Data to use
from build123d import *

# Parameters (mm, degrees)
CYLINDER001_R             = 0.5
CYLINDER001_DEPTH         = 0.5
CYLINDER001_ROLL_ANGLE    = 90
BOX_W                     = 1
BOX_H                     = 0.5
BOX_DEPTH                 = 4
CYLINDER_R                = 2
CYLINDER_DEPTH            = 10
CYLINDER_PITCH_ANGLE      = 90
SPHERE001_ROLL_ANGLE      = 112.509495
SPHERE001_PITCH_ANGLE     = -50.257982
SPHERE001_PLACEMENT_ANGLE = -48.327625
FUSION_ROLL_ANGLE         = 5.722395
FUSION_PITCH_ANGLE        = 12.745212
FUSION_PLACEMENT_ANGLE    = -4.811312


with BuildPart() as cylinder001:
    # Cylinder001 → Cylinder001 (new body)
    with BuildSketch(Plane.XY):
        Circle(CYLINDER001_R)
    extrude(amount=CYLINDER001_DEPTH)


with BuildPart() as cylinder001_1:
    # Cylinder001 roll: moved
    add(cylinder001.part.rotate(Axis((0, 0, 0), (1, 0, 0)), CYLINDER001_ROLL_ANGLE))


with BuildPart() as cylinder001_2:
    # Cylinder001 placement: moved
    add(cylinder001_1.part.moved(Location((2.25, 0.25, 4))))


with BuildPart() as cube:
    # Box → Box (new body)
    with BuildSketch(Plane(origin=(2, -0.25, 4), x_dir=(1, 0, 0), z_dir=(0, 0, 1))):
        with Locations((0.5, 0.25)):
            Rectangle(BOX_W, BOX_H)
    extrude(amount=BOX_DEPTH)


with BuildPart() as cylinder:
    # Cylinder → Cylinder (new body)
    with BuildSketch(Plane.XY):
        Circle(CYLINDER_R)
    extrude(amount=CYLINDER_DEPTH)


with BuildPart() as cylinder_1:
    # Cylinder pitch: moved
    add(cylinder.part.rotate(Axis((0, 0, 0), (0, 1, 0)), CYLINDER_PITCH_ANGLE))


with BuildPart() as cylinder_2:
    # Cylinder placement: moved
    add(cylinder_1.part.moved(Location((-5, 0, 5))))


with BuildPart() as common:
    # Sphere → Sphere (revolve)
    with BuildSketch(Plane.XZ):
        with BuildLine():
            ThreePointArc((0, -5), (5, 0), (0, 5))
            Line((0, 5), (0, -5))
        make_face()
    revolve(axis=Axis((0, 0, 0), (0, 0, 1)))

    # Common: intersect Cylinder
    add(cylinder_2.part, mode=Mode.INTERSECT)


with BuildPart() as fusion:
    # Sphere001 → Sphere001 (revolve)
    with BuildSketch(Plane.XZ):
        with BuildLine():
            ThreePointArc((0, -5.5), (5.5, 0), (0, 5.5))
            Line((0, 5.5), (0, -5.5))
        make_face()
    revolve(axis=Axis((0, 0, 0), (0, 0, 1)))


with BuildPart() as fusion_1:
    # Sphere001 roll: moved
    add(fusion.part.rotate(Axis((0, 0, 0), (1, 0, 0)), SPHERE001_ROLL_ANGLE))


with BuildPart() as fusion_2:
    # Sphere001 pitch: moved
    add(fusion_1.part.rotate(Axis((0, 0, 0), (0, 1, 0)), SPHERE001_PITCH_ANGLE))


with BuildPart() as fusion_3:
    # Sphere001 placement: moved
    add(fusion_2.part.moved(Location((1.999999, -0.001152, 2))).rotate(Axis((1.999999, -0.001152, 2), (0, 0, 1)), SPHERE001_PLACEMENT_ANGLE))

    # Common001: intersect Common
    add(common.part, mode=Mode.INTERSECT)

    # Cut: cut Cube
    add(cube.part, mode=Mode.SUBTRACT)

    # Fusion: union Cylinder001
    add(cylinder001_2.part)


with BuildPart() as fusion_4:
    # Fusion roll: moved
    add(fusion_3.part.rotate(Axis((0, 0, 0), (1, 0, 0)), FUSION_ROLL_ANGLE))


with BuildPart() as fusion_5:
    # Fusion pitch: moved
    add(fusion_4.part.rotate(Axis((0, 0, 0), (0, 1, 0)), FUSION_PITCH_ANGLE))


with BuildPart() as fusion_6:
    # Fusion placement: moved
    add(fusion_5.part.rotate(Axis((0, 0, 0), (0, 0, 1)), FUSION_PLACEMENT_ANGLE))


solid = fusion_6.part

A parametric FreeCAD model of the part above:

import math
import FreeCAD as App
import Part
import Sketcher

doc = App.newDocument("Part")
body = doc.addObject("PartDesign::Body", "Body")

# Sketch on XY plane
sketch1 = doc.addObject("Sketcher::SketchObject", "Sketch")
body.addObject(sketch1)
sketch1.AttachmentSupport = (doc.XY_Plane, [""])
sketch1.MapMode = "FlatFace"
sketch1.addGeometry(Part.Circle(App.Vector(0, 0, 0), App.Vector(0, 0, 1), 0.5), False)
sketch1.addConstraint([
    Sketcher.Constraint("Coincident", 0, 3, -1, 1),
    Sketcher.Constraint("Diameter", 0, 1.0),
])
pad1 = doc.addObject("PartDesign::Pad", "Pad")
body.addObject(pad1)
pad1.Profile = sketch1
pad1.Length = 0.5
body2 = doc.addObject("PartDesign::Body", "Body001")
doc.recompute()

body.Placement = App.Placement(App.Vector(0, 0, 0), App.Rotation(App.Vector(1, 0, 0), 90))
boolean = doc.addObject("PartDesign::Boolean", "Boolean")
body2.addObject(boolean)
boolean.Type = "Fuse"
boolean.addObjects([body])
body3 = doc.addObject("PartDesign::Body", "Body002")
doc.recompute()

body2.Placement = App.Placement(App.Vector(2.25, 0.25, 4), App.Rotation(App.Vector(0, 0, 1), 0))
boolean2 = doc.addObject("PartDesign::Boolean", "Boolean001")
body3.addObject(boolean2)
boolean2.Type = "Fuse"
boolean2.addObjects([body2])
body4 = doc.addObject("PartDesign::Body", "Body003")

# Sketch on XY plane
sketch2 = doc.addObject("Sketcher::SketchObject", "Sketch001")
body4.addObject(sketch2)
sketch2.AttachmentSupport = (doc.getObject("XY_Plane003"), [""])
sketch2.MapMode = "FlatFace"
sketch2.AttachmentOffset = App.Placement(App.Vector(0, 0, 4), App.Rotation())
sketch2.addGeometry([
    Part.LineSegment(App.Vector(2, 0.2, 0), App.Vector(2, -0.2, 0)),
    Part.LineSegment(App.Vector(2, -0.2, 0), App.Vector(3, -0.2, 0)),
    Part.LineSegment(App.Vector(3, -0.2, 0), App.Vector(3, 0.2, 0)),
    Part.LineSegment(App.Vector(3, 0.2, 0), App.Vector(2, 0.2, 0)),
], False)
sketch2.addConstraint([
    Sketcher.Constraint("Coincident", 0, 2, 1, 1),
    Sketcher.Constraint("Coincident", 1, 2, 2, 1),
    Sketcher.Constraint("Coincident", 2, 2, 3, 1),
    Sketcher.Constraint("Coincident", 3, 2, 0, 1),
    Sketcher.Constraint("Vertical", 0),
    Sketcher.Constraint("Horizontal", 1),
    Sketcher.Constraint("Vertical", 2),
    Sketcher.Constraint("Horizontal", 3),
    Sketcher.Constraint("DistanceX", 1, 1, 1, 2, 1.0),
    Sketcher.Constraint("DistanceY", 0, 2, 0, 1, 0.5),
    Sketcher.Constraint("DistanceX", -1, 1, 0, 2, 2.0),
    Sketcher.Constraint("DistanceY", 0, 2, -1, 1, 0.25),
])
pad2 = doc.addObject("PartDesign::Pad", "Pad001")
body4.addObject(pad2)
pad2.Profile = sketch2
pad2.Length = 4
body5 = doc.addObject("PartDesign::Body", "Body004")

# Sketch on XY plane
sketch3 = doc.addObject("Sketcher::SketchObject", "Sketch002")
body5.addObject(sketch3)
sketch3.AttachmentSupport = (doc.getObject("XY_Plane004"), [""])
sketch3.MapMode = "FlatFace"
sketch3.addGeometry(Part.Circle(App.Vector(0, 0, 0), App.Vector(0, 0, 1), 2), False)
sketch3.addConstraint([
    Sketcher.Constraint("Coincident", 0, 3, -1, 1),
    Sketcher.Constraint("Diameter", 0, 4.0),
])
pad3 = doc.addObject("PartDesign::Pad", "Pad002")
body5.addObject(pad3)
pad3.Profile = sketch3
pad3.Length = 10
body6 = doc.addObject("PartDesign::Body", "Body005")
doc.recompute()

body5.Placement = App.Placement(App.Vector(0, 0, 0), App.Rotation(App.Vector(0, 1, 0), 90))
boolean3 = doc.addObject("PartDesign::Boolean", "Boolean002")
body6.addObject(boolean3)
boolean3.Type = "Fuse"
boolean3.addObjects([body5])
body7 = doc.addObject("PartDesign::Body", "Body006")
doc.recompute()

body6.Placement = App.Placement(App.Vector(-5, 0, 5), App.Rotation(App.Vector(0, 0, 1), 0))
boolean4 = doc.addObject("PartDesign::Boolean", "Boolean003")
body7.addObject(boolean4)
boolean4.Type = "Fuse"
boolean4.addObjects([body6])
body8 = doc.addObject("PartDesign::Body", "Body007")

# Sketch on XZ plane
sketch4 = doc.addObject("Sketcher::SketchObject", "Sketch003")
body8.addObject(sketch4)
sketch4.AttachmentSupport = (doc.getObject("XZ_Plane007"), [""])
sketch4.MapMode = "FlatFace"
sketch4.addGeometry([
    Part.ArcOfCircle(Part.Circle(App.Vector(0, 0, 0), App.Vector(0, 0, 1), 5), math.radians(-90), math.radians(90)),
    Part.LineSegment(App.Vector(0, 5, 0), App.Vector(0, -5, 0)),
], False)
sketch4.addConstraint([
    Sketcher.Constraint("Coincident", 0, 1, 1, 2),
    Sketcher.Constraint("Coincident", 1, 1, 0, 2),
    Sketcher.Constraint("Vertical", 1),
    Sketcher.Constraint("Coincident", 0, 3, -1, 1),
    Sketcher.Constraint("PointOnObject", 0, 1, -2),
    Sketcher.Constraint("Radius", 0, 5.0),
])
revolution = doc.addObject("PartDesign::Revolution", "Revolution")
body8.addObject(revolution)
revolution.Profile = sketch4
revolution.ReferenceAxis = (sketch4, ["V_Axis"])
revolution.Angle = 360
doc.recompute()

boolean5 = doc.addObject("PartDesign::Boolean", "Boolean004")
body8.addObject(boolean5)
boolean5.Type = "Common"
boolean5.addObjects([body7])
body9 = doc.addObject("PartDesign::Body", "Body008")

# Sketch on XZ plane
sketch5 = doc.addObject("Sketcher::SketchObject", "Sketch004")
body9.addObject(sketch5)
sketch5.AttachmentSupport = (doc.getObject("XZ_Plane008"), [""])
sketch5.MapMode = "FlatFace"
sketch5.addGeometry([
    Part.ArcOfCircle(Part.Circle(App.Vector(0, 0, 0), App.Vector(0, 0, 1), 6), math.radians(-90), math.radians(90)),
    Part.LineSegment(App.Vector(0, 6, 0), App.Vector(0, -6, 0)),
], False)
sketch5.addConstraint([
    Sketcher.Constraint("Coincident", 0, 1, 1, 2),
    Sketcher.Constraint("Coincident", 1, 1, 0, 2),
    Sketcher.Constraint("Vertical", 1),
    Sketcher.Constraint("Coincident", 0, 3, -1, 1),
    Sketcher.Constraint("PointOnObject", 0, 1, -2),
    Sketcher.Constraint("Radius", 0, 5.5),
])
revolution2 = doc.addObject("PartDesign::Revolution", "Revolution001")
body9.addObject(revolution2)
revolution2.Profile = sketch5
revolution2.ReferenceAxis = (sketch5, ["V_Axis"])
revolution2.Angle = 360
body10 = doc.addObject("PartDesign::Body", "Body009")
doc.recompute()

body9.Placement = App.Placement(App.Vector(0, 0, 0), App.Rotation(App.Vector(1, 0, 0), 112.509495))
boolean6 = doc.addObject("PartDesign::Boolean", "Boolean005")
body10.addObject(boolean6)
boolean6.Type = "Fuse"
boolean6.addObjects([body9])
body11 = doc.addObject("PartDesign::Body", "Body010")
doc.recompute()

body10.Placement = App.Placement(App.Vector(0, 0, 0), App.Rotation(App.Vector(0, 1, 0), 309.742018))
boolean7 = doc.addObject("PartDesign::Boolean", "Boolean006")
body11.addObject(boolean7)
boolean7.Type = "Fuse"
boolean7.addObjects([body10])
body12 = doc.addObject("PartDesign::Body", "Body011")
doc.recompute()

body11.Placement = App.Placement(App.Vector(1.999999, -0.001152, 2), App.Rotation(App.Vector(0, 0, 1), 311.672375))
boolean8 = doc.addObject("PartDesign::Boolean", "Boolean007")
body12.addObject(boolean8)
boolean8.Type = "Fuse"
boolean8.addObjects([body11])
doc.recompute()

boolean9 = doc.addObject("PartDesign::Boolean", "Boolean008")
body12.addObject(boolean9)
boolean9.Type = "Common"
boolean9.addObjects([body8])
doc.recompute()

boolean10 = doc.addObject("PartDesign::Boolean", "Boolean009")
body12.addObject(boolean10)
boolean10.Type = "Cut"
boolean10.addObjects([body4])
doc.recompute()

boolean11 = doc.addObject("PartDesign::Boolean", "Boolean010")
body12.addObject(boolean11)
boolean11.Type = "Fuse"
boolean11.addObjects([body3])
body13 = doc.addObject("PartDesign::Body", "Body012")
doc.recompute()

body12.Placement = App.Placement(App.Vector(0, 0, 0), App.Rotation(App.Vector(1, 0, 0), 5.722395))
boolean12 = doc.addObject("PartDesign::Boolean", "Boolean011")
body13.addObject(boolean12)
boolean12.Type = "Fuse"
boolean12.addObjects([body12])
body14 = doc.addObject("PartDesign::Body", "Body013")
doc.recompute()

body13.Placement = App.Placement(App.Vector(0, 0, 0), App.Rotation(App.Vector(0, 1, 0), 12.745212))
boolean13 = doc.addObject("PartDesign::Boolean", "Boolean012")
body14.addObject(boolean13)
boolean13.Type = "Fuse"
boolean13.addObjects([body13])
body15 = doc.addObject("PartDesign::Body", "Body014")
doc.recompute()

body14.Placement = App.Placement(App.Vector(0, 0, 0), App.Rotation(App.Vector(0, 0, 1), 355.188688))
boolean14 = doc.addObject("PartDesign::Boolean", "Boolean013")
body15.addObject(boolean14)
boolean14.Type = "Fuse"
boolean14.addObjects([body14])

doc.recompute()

Exercise
Exactly the lines above from the one with "solid = fusion_6.part" to the one with "A parametric FreeCAD", both included, are to be quoted; leave the rest out.

Your solution
solid = fusion_6.part

A parametric FreeCAD model of the part above:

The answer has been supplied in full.